# Toro Profits up for 3rd quarter



## bontai Joe (Sep 16, 2003)

Press Release Source: The Toro Company 


Toro Third Quarter Net Earnings Up 26.5% on 15.1% Net Sales Growth
Tuesday August 24, 8:31 am ET 
Company on Track for Record Full Year Net Sales and Earnings 
LIVE CONFERENCE CALL 
August 24, 10:00 a.m. CT 
www.thetorocompany.com/invest 


BLOOMINGTON, Minn., Aug. 24 /PRNewswire-FirstCall/ -- The Toro Company (NYSE: TTC - News) today reported record net earnings of $34.2 million, or $1.33 per diluted share, on net sales of $454.0 million for its fiscal 2004 third quarter ended July 30, 2004. In its fiscal 2003 third quarter, Toro reported net earnings of $27.0 million, or $1.03 per diluted share on net sales of $394.5 million.
ADVERTISEMENT


For the nine months ended July 30, 2004, Toro reported net earnings of $95.7 million, or $3.68 per diluted share, on net sales of $1,315.6 million. In the comparable fiscal 2003 period, Toro reported net earnings of $76.0 million, or $2.92 per diluted share, on net sales of $1,186.3 million.

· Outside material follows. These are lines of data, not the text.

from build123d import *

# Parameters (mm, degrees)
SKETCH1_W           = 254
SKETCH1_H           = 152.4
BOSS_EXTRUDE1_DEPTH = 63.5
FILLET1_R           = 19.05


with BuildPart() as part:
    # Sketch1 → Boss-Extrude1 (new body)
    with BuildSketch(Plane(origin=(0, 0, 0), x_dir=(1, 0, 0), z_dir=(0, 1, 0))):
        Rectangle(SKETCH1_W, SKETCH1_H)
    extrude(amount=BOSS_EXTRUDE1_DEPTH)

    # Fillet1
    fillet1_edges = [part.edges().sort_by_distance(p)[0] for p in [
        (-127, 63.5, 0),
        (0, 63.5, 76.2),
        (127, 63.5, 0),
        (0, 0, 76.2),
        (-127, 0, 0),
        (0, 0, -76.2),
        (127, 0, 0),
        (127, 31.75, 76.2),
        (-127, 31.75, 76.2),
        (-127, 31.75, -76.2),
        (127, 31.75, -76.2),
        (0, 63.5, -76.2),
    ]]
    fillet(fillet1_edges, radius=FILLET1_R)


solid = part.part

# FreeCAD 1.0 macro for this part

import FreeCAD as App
import Part
import Sketcher
Q = App.Units.Quantity


def add_polygon(sketch, points):
    """Adds a closed chain of lines whose ends are joined by coincident constraints."""
    first, n = sketch.GeometryCount, len(points)
    for a, b in zip(points, points[1:] + points[:1]):
        sketch.addGeometry(Part.LineSegment(App.Vector(*a, 0), App.Vector(*b, 0)), False)
    for i in range(n):
        sketch.addConstraint(Sketcher.Constraint("Coincident", first + i, 2, first + (i + 1) % n, 1))

doc = App.newDocument("Part")
body = doc.addObject("PartDesign::Body", "Body")

sketch1 = doc.addObject("Sketcher::SketchObject", "Sketch")
body.addObject(sketch1)
sketch1.AttachmentSupport = (doc.XZ_Plane, [""])
sketch1.MapMode = "FlatFace"
add_polygon(sketch1, [(-127, -76.2), (-127, 76.2), (127, 76.2), (127, -76.2)])
sketch1.addConstraint([
    Sketcher.Constraint("Vertical", 0),
    Sketcher.Constraint("Horizontal", 1),
    Sketcher.Constraint("Vertical", 2),
    Sketcher.Constraint("Horizontal", 3),
    Sketcher.Constraint("Symmetric", 0, 2, 2, 2, -1, 1),
    Sketcher.Constraint("DistanceX", 1, 1, 1, 2, Q("10 in")),
    Sketcher.Constraint("DistanceY", 0, 1, 0, 2, Q("6 in")),
])
pad1 = doc.addObject("PartDesign::Pad", "Pad")
body.addObject(pad1)
pad1.Profile = sketch1
pad1.Length = Q("2.5 in")
pad1.Reversed = True
doc.recompute()

fillet = doc.addObject("PartDesign::Fillet", "Fillet")
body.addObject(fillet)
fillet.Base = (pad1, ["Edge1"])
fillet.UseAllEdges = True
fillet.Radius = Q("0.75 in")

doc.recompute()
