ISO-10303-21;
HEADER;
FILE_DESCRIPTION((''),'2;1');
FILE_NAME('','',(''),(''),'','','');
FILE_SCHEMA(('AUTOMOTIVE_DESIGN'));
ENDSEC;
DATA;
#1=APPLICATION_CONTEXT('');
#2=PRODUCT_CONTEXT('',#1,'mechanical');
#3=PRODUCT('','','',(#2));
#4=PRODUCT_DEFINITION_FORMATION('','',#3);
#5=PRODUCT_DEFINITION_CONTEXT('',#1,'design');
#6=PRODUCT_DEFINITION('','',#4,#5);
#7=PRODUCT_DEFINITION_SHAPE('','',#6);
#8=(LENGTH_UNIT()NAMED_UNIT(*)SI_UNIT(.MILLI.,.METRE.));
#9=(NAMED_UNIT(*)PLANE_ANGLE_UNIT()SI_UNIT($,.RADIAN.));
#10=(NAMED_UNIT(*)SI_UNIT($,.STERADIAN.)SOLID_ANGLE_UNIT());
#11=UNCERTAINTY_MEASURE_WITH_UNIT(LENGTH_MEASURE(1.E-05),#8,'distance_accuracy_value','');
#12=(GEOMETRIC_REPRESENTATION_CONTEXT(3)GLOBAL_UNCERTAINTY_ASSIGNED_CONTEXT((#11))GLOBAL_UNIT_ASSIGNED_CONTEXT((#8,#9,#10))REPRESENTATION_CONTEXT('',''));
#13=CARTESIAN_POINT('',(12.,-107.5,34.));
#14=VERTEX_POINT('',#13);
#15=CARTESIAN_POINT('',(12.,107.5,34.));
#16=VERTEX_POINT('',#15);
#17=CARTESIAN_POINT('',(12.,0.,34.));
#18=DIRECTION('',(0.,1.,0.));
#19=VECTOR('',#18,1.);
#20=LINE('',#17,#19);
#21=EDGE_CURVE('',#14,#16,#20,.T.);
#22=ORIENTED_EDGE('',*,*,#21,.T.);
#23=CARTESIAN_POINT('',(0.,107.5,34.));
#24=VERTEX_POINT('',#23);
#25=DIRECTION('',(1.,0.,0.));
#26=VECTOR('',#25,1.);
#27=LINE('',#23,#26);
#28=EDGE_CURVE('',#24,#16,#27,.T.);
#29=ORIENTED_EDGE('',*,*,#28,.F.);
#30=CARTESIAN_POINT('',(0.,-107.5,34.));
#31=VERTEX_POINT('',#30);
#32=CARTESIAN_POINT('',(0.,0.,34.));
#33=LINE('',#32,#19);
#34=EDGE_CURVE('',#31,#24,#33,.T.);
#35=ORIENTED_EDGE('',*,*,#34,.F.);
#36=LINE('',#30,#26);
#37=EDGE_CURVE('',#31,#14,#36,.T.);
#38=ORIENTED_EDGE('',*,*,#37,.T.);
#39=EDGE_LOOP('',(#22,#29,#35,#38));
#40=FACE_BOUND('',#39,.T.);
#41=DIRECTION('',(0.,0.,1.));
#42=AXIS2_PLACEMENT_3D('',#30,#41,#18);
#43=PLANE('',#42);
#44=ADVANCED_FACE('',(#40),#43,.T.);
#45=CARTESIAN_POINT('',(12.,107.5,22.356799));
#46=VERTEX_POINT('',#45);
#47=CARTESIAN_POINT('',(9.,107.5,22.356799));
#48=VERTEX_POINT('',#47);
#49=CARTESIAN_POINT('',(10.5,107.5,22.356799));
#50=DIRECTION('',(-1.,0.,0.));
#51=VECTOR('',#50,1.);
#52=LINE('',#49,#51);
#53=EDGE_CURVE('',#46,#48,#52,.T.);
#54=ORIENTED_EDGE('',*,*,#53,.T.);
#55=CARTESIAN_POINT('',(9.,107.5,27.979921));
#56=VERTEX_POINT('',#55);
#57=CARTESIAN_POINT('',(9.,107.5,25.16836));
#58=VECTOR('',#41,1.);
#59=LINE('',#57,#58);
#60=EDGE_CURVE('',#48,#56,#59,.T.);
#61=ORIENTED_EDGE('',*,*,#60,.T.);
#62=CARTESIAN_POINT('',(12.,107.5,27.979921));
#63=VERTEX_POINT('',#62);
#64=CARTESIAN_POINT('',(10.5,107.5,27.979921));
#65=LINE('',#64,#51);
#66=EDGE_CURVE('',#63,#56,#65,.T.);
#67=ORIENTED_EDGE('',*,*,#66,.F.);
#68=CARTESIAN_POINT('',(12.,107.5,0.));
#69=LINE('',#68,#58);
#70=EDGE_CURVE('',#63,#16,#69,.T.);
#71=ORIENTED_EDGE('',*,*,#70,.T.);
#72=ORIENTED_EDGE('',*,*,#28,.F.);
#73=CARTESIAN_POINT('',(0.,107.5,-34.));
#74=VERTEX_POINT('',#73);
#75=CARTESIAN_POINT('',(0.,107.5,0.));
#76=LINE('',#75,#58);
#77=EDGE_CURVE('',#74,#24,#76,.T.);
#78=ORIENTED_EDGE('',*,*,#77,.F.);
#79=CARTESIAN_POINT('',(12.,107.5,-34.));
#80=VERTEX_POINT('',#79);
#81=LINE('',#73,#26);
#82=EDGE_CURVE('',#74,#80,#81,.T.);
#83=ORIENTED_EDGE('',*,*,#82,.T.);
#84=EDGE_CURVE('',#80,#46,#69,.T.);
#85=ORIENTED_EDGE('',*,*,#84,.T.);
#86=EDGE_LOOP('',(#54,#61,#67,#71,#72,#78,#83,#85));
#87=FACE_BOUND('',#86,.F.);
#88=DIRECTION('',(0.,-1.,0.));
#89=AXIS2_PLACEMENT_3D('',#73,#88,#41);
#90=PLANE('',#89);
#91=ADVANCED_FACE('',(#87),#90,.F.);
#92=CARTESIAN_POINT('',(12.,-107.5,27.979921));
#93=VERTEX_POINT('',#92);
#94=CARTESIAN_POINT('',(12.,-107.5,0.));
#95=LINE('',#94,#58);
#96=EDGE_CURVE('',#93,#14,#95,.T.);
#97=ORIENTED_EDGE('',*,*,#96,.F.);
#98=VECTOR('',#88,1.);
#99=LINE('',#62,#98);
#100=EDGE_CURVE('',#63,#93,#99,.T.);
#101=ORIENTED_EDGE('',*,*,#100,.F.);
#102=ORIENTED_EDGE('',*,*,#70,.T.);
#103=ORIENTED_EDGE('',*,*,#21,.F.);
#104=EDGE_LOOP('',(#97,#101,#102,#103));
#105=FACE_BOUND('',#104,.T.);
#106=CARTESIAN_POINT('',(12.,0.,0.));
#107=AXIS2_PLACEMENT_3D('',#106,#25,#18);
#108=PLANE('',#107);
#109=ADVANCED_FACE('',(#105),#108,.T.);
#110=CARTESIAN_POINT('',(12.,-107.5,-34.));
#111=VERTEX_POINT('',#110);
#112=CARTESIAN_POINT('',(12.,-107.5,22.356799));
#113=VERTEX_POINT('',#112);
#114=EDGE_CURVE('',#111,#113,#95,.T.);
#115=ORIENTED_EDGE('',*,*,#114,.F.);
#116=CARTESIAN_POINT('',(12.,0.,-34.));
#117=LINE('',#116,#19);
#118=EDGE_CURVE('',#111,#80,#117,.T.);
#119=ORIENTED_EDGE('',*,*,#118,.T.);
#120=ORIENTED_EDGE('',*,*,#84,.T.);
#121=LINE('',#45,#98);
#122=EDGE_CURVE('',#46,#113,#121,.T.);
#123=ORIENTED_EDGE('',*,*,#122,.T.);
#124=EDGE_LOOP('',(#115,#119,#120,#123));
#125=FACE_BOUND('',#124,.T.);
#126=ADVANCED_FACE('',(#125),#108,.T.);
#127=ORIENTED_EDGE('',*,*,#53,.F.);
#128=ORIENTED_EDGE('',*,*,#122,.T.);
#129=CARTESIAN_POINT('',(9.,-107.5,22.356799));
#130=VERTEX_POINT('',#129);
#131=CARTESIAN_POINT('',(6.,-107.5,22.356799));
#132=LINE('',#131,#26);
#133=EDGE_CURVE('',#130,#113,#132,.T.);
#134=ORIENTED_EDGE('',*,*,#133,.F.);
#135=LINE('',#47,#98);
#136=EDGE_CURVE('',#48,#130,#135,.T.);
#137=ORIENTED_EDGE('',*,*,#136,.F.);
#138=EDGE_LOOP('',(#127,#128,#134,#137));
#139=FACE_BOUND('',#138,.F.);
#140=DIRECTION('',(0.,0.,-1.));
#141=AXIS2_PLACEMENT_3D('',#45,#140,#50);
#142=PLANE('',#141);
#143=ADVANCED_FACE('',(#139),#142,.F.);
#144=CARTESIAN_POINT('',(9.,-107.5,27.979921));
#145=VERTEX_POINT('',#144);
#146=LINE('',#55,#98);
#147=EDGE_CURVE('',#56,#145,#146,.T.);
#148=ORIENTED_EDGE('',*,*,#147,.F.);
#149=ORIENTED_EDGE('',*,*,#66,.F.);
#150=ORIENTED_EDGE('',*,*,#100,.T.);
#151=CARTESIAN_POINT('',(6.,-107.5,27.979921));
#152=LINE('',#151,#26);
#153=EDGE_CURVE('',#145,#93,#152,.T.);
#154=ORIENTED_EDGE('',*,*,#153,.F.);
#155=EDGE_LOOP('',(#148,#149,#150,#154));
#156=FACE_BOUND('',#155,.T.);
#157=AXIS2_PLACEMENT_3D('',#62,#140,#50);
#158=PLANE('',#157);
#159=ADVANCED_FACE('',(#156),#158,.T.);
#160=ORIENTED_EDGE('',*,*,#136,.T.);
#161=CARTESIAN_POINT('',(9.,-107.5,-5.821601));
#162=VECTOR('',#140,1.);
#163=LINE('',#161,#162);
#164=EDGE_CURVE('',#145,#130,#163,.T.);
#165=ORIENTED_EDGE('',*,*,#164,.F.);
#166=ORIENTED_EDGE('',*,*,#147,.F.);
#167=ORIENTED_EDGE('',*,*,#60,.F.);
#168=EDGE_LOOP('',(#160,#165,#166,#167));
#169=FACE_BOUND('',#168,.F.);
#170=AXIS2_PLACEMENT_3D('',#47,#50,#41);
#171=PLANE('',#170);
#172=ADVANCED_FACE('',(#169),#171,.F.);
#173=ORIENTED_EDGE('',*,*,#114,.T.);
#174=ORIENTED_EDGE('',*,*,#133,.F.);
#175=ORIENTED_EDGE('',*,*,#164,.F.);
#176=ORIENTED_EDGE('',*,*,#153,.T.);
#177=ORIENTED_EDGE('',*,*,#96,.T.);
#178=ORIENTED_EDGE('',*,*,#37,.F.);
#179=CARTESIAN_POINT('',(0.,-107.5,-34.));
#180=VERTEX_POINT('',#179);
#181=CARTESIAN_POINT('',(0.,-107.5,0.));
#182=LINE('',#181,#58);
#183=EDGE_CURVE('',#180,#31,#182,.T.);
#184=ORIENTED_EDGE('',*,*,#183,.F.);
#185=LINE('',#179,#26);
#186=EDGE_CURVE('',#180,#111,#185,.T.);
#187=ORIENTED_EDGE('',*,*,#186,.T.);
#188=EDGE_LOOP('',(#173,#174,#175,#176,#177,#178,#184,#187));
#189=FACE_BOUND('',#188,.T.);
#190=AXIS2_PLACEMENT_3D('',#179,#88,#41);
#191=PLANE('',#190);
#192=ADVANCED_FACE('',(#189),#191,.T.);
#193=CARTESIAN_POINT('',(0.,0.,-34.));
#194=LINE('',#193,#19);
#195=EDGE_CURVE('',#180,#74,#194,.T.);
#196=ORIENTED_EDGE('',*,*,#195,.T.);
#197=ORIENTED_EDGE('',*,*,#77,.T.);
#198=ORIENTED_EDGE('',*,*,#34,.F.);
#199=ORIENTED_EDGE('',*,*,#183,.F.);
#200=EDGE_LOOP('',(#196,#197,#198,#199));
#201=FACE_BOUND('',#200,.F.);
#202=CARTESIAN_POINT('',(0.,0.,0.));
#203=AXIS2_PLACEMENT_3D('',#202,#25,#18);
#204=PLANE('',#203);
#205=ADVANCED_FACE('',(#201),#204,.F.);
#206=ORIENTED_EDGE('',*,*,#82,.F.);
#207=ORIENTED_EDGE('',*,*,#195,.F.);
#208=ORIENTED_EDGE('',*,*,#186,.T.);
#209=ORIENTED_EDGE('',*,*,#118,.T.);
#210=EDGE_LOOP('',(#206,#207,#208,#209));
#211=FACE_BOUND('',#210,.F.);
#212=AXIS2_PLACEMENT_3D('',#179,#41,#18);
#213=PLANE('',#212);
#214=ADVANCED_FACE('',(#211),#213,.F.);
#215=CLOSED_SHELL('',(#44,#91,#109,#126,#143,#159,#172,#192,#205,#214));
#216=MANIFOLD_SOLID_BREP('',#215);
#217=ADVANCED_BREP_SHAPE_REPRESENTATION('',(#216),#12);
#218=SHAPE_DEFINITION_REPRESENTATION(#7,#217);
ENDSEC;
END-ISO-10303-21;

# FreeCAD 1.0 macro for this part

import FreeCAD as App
import Part
import Sketcher

V = App.Vector

doc = App.newDocument("Part")
body = doc.addObject("PartDesign::Body", "Body")

# Sketch on YZ plane
sketch1 = body.newObject("Sketcher::SketchObject", "Sketch")
sketch1.AttachmentSupport = (doc.getObject("YZ_Plane"), [""])
sketch1.MapMode = "FlatFace"
sketch1.addGeometry([
    Part.LineSegment(V(-108, 34, 0), V(-108, -34, 0)),
    Part.LineSegment(V(-108, -34, 0), V(108, -34, 0)),
    Part.LineSegment(V(108, -34, 0), V(108, 34, 0)),
    Part.LineSegment(V(108, 34, 0), V(-108, 34, 0)),
], False)
sketch1.addConstraint([
    Sketcher.Constraint("Coincident", 0, 2, 1, 1),
    Sketcher.Constraint("Coincident", 1, 2, 2, 1),
    Sketcher.Constraint("Coincident", 2, 2, 3, 1),
    Sketcher.Constraint("Coincident", 3, 2, 0, 1),
    Sketcher.Constraint("Vertical", 0),
    Sketcher.Constraint("Horizontal", 1),
    Sketcher.Constraint("Vertical", 2),
    Sketcher.Constraint("Horizontal", 3),
    Sketcher.Constraint("Symmetric", 0, 2, 2, 2, -1, 1),
    Sketcher.Constraint("DistanceX", 1, 1, 1, 2, 215.0),
    Sketcher.Constraint("DistanceY", 0, 2, 0, 1, 68.0),
])
pad1 = body.newObject("PartDesign::Pad", "Pad")
pad1.Profile = sketch1
pad1.Length = 12

# Sketch on XZ plane
sketch2 = body.newObject("Sketcher::SketchObject", "Sketch001")
sketch2.AttachmentSupport = (doc.getObject("XZ_Plane"), [""])
sketch2.MapMode = "FlatFace"
sketch2.AttachmentOffset = App.Placement(V(0, 0, -107.5), App.Rotation())
sketch2.addGeometry([
    Part.LineSegment(V(12, 28, 0), V(12, 22.4, 0)),
    Part.LineSegment(V(12, 22.4, 0), V(9, 22.4, 0)),
    Part.LineSegment(V(9, 22.4, 0), V(9, 28, 0)),
    Part.LineSegment(V(9, 28, 0), V(12, 28, 0)),
], False)
sketch2.addConstraint([
    Sketcher.Constraint("Coincident", 0, 2, 1, 1),
    Sketcher.Constraint("Coincident", 1, 2, 2, 1),
    Sketcher.Constraint("Coincident", 2, 2, 3, 1),
    Sketcher.Constraint("Coincident", 3, 2, 0, 1),
    Sketcher.Constraint("Vertical", 0),
    Sketcher.Constraint("Horizontal", 1),
    Sketcher.Constraint("Vertical", 2),
    Sketcher.Constraint("Horizontal", 3),
    Sketcher.Constraint("DistanceX", 1, 2, 1, 1, 3.0),
    Sketcher.Constraint("DistanceX", -1, 1, 0, 2, 12.0),
    Sketcher.Constraint("DistanceY", -1, 1, 0, 2, 22.356799),
    Sketcher.Constraint("DistanceY", 0, 2, 0, 1, 5.623123),
])
pocket1 = body.newObject("PartDesign::Pocket", "Pocket")
pocket1.Profile = sketch2
pocket1.Length = 300
pocket1.Reversed = True

doc.recompute()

Kendrick B. Melrose, The Toro Company Chairman and Chief Executive officer, said the strong third quarter results keep the company on track to deliver the best full year financial performance in its history. "During our third quarter, we continued to generate healthy sales growth in all segments," said Melrose. "And, as in our second quarter, we converted strong volume growth into even stronger earnings growth by continuing to focus on overall operating effectiveness, productivity improvement through lean manufacturing initiatives, expense reductions through our 'no waste' programs and focused asset management. Our year-to-date gross margin remained above last year's rate despite continued increases in steel and rising transportation and other commodity costs."

Melrose said third quarter sales exceeded expectations in most business categories, reflecting increased demand in a recovering economy and brand strength in Toro's principal markets. "During the third quarter, shipments were particularly strong in our landscape contractor, commercial, and international businesses," said Melrose. "In addition, our lean manufacturing and no-waste initiatives are clearly boosting profitability."

SEGMENT RESULTS

Segment data is provided in the table following the "Condensed Consolidated Statement of Earnings."

Professional

For the third quarter, professional segment sales increased 17.9% to $287.9 million. As in the prior quarter, segment sales increased in nearly all product categories, although irrigation product sales fell short of the company's expectations.

International sales for the third quarter increased 16.4% compared with the fiscal 2003 period.

Professional segment earnings for the third quarter were $54.3 million, up 28.6% from the fiscal 2003 third quarter which benefited from leveraging of expenses.

Residential

Residential segment sales for the third quarter totaled $144.2 million, up 11.8% from the prior year third quarter. Product categories with the strongest period-over-period sales growth included snow throwers and electric products.

International sales for the third quarter increased 20.7% compared with last year's third quarter. Most of the increase was attributable to strong snow thrower and electric product demand.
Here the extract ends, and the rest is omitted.